# Interview!



## Guest (Jul 18, 2011)

Hello everybody! I am in college and taking a criminal justice class. I need to interview a police officer, so I figure instead of interviewing one officer I will just post the questions here and get multiple points of view. Any help would be much appreciated!!

Answer what ever questions you would like! Any answers will be much appreciated!!
QUESTIONS

What did you think of the police academy?

What is a typical day for an officer like? (paper work, patrol, court)

How many times have you had to show up in traffic court because someone fought a ticket you gave them?

Does it anger you when people fight a ticket you gave them?

How often do you need to attend court?

How many days a week do you work? How many hours?

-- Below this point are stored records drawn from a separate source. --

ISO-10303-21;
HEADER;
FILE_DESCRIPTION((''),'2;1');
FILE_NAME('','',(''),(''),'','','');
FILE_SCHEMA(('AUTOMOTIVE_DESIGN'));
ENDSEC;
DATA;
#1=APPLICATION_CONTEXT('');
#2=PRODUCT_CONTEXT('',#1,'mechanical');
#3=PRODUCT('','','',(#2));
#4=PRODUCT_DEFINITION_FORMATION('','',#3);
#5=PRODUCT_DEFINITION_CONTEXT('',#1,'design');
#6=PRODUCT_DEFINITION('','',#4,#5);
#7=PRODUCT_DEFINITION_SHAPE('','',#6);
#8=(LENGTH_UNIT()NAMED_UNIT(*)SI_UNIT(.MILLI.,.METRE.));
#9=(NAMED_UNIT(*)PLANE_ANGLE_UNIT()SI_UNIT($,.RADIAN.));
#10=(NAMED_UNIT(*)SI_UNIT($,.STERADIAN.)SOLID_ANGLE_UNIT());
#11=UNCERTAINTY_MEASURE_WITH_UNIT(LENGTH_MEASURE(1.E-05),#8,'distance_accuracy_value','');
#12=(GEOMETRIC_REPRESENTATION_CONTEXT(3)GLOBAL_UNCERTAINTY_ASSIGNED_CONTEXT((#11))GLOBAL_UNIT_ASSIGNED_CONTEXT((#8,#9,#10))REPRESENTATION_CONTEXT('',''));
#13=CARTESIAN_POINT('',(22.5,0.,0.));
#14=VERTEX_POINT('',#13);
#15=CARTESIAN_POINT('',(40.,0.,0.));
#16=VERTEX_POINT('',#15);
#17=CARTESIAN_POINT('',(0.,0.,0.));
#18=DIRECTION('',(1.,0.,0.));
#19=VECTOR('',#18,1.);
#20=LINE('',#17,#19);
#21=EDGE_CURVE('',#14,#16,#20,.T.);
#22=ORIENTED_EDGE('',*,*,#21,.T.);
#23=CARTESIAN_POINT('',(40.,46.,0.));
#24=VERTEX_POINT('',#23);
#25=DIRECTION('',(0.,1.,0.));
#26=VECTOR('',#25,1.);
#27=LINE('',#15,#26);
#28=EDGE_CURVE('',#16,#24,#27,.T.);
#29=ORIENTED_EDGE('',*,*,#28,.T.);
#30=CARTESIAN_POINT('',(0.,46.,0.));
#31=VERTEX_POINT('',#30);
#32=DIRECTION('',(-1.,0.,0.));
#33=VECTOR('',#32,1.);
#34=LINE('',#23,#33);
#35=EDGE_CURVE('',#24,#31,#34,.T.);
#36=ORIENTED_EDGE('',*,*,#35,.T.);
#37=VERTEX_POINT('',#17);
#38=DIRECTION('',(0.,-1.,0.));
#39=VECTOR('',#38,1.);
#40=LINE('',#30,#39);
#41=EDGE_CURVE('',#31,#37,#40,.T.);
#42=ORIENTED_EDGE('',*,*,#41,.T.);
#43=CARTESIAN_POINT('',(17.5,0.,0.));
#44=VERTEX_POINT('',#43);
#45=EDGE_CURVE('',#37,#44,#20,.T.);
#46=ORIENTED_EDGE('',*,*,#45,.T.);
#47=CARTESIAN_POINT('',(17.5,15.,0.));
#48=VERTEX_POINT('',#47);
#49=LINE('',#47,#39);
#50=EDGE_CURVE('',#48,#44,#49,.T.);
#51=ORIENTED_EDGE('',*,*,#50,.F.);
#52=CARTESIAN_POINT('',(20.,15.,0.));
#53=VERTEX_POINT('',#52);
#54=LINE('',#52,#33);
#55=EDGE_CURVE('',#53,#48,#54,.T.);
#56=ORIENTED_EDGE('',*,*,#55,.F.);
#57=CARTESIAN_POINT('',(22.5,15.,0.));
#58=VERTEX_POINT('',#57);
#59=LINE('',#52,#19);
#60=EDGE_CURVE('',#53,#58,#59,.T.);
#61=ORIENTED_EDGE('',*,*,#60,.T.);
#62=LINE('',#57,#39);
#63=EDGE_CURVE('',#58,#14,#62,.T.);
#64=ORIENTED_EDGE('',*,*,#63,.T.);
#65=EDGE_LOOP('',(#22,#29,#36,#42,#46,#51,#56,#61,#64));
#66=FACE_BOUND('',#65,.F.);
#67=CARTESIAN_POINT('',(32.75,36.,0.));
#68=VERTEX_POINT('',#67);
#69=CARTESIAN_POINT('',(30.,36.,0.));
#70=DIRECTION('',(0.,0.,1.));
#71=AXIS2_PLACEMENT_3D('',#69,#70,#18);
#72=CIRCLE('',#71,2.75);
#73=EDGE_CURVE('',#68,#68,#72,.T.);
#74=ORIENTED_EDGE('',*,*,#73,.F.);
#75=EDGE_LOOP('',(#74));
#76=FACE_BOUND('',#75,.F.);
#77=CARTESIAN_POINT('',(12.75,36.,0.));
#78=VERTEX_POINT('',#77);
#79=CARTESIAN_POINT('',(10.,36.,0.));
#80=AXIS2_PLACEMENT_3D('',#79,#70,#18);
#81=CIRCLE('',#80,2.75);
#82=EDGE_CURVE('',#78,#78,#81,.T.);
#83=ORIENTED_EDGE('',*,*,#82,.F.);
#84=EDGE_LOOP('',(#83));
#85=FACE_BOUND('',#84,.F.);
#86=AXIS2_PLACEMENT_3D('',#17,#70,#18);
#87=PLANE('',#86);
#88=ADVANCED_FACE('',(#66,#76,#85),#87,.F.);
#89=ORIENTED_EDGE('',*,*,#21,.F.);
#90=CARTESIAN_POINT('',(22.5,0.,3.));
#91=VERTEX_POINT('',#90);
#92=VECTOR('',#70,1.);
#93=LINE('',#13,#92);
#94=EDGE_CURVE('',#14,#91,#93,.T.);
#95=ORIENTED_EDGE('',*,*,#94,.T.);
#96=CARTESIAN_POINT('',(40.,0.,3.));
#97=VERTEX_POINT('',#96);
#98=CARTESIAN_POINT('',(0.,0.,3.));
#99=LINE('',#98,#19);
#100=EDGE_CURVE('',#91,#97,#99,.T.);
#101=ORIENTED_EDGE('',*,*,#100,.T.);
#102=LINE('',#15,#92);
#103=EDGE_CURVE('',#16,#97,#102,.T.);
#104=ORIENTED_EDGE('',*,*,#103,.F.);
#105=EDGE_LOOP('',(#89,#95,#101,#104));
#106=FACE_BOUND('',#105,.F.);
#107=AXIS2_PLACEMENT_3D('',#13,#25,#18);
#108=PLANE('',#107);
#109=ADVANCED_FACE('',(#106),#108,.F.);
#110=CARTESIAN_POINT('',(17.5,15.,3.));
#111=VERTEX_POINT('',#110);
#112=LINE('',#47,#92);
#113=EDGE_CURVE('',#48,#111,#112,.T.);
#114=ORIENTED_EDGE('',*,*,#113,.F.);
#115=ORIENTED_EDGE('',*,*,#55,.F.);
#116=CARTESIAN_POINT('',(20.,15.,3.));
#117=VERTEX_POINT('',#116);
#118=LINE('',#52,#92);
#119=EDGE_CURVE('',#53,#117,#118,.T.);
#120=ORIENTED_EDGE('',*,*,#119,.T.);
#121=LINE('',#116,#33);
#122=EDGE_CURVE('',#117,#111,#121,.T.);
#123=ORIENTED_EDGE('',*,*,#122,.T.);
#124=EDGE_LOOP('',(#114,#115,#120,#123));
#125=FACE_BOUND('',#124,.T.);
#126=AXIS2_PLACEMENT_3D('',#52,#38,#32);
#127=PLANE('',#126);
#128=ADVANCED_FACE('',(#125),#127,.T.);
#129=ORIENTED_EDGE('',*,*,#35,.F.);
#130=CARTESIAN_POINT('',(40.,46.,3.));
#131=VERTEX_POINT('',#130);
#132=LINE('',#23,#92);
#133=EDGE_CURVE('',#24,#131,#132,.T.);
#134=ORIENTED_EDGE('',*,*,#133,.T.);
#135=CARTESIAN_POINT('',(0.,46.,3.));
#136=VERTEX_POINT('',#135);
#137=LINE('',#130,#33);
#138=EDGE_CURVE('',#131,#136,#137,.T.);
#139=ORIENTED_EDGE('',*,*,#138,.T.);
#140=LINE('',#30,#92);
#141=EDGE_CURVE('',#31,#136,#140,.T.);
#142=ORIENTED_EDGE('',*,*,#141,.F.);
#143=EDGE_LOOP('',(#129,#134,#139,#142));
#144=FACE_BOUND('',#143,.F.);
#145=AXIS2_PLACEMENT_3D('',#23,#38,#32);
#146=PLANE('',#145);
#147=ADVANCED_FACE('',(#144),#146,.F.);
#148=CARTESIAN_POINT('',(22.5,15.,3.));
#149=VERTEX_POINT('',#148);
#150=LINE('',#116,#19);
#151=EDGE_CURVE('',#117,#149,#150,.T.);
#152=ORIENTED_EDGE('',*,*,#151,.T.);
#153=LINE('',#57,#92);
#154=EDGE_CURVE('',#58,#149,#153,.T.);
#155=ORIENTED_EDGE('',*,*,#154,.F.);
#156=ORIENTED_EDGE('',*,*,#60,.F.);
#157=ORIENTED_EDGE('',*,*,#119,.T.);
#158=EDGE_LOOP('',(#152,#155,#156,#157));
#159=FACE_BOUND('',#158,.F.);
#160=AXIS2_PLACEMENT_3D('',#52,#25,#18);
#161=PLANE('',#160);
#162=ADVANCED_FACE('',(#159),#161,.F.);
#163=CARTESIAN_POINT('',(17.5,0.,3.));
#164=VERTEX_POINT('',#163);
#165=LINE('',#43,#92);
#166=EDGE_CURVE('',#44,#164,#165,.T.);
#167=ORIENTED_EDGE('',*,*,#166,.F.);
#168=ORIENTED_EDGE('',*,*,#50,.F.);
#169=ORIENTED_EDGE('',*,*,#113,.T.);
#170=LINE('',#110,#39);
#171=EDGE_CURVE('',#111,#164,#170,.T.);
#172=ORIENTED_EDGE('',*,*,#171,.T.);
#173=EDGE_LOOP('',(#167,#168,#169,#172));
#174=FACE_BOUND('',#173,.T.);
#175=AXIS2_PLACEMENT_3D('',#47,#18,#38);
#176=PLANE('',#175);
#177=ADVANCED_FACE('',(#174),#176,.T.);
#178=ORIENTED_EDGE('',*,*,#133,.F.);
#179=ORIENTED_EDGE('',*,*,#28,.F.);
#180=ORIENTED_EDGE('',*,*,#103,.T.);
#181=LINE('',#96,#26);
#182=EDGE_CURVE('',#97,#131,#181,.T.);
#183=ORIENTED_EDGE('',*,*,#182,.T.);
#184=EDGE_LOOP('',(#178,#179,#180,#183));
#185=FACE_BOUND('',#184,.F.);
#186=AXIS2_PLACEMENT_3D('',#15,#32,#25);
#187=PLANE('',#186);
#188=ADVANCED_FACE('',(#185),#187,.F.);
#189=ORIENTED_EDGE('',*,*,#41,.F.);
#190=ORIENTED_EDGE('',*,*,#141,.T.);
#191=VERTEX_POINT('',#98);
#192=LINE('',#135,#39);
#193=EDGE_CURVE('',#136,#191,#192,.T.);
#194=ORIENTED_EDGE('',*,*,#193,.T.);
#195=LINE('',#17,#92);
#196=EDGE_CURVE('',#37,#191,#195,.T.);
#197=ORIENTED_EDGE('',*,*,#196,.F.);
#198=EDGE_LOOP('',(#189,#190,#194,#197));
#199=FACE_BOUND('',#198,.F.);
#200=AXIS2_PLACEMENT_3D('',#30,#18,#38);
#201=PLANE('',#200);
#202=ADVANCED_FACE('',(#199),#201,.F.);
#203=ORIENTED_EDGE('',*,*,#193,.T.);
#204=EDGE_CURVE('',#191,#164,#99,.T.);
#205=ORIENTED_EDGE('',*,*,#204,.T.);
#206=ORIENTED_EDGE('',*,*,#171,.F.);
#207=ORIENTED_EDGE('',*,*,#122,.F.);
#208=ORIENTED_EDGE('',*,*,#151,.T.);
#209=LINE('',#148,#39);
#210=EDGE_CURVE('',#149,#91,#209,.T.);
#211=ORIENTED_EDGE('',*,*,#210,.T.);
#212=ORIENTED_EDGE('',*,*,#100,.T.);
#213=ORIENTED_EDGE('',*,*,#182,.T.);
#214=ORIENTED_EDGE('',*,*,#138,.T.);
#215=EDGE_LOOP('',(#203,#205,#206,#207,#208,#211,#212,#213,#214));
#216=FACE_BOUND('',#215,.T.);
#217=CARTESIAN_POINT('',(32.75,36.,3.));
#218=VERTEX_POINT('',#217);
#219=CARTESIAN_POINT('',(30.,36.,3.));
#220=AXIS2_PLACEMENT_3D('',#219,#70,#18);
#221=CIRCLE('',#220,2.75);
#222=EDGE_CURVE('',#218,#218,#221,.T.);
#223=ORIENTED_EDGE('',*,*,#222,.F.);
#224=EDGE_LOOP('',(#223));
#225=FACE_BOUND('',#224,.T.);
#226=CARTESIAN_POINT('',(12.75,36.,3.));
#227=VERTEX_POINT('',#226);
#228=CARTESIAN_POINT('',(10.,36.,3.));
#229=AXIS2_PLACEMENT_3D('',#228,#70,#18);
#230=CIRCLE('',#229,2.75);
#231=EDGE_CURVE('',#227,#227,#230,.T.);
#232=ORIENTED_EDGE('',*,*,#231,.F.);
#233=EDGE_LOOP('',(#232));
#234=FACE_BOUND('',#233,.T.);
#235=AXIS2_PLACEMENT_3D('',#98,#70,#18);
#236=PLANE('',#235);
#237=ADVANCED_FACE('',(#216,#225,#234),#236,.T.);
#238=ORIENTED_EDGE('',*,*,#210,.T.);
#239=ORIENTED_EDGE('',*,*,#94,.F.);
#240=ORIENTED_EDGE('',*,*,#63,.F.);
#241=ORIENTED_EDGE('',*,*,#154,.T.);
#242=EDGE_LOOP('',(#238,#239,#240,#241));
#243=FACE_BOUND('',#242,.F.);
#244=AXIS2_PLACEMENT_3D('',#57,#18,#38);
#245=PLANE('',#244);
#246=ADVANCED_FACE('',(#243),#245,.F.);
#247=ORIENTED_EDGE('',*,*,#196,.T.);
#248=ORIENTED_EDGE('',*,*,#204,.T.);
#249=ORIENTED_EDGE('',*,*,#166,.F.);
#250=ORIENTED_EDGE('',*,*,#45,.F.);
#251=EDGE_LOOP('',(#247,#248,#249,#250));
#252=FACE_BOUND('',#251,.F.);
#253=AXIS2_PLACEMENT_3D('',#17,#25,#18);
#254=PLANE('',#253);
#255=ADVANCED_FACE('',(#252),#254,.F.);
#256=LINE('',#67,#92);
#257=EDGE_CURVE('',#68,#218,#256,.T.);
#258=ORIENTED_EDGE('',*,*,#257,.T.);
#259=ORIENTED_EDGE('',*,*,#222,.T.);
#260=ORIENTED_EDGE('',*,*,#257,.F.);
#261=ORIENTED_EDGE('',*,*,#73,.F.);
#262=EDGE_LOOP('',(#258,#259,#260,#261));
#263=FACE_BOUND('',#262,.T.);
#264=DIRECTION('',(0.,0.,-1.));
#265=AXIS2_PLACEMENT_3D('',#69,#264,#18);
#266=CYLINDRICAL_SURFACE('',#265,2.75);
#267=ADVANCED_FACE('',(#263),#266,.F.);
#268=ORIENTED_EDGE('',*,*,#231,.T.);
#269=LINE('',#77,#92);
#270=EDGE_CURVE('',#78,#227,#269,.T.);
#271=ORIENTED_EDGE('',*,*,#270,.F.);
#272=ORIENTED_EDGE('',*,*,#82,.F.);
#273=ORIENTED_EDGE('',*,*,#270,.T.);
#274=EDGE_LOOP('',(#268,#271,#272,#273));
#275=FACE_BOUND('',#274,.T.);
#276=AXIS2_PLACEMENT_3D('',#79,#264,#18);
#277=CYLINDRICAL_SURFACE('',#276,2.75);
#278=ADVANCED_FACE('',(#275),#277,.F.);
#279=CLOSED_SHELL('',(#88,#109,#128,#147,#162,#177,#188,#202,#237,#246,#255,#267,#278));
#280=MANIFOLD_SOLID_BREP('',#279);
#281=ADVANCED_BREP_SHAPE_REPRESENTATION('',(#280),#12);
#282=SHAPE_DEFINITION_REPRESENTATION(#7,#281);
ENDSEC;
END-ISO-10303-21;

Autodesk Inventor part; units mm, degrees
ref_plane "YZ Plane" through (0, 0, 0) normal (1, 0, 0) x (0, 1, 0)
ref_plane "XZ Plane" through (0, 0, 0) normal (0, 1, 0) x (-1, 0, 0)
ref_plane "XY Plane" through (0, 0, 0) normal (0, 0, 1) x (1, 0, 0)
sketch "Sketch1" plane through (0, 0, 0) normal (0, 0, 1) x (1, 0, 0)
  line L0 (0, 0) -> (40, 0)
  line L1 (40, 0) -> (40, 46)
  line L2 (40, 46) -> (0, 46)
  line L3 (0, 46) -> (0, 0)
  line L4 (20, 0) -> (20, 15) construction
  line L5 (20, 15) -> (22.5, 15)
  line L6 (22.5, 15) -> (22.5, 0)
  line L7 (20, 15) -> (17.5, 15)
  line L8 (17.5, 15) -> (17.5, 0)
  line L9 (0, 46) -> (0, 36) construction
  line L10 (0, 36) -> (10, 36) construction
  circle A0 centre (10, 36) radius 2.75
  line L11 (40, 36) -> (30, 36) construction
  circle A1 centre (30, 36) radius 2.75
  dimension "d0" = 40
  dimension "d1" = 46
  dimension "d2" = 15
  dimension "d3" = 2.5
  dimension "d4" = 2.5
  dimension "d5" = 10
  dimension "d6" = 10
  dimension "d7" = 5.5
  dimension "d8" = 10
  dimension "d9" = 5.5
extrude "Extrusion1" add sketch "Sketch1" along normal blind 3 contours L3 L2 L1 L0 L6 L5 L7 L8
properties part number "Camera_Mount"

How frequently does an officer face danger?

How often is an officer stereotyped?

How do you feel when a case is thrown out of court due to a technicality?

Do you believe this countries court system works or do you believe it is flawed?

Do you enjoy your job or are you working towards something else?

If there was one thing you could improve or change that would make your job easier what would it be?

What is the hardest part of your job?

What is the easiest part of your job?

Do you try and keep an open mind when confronting a potential criminal or do you let race, gender, etc. effect your decisions or assumptions?

Is there a bad part of town in your town? If so why do you think that part of town has the most crime?

How many calls to a crime do you usually get a day?

Do you feel the police have a firm grasp on crime and keeping it down or is it out of control?

What is the worst call or crime you have experienced?


Again thanks to anyone who help me with this I really appreciate it!!! I am looking into computer forensics as a career so I am interested in seeing the answers to these questions!


----------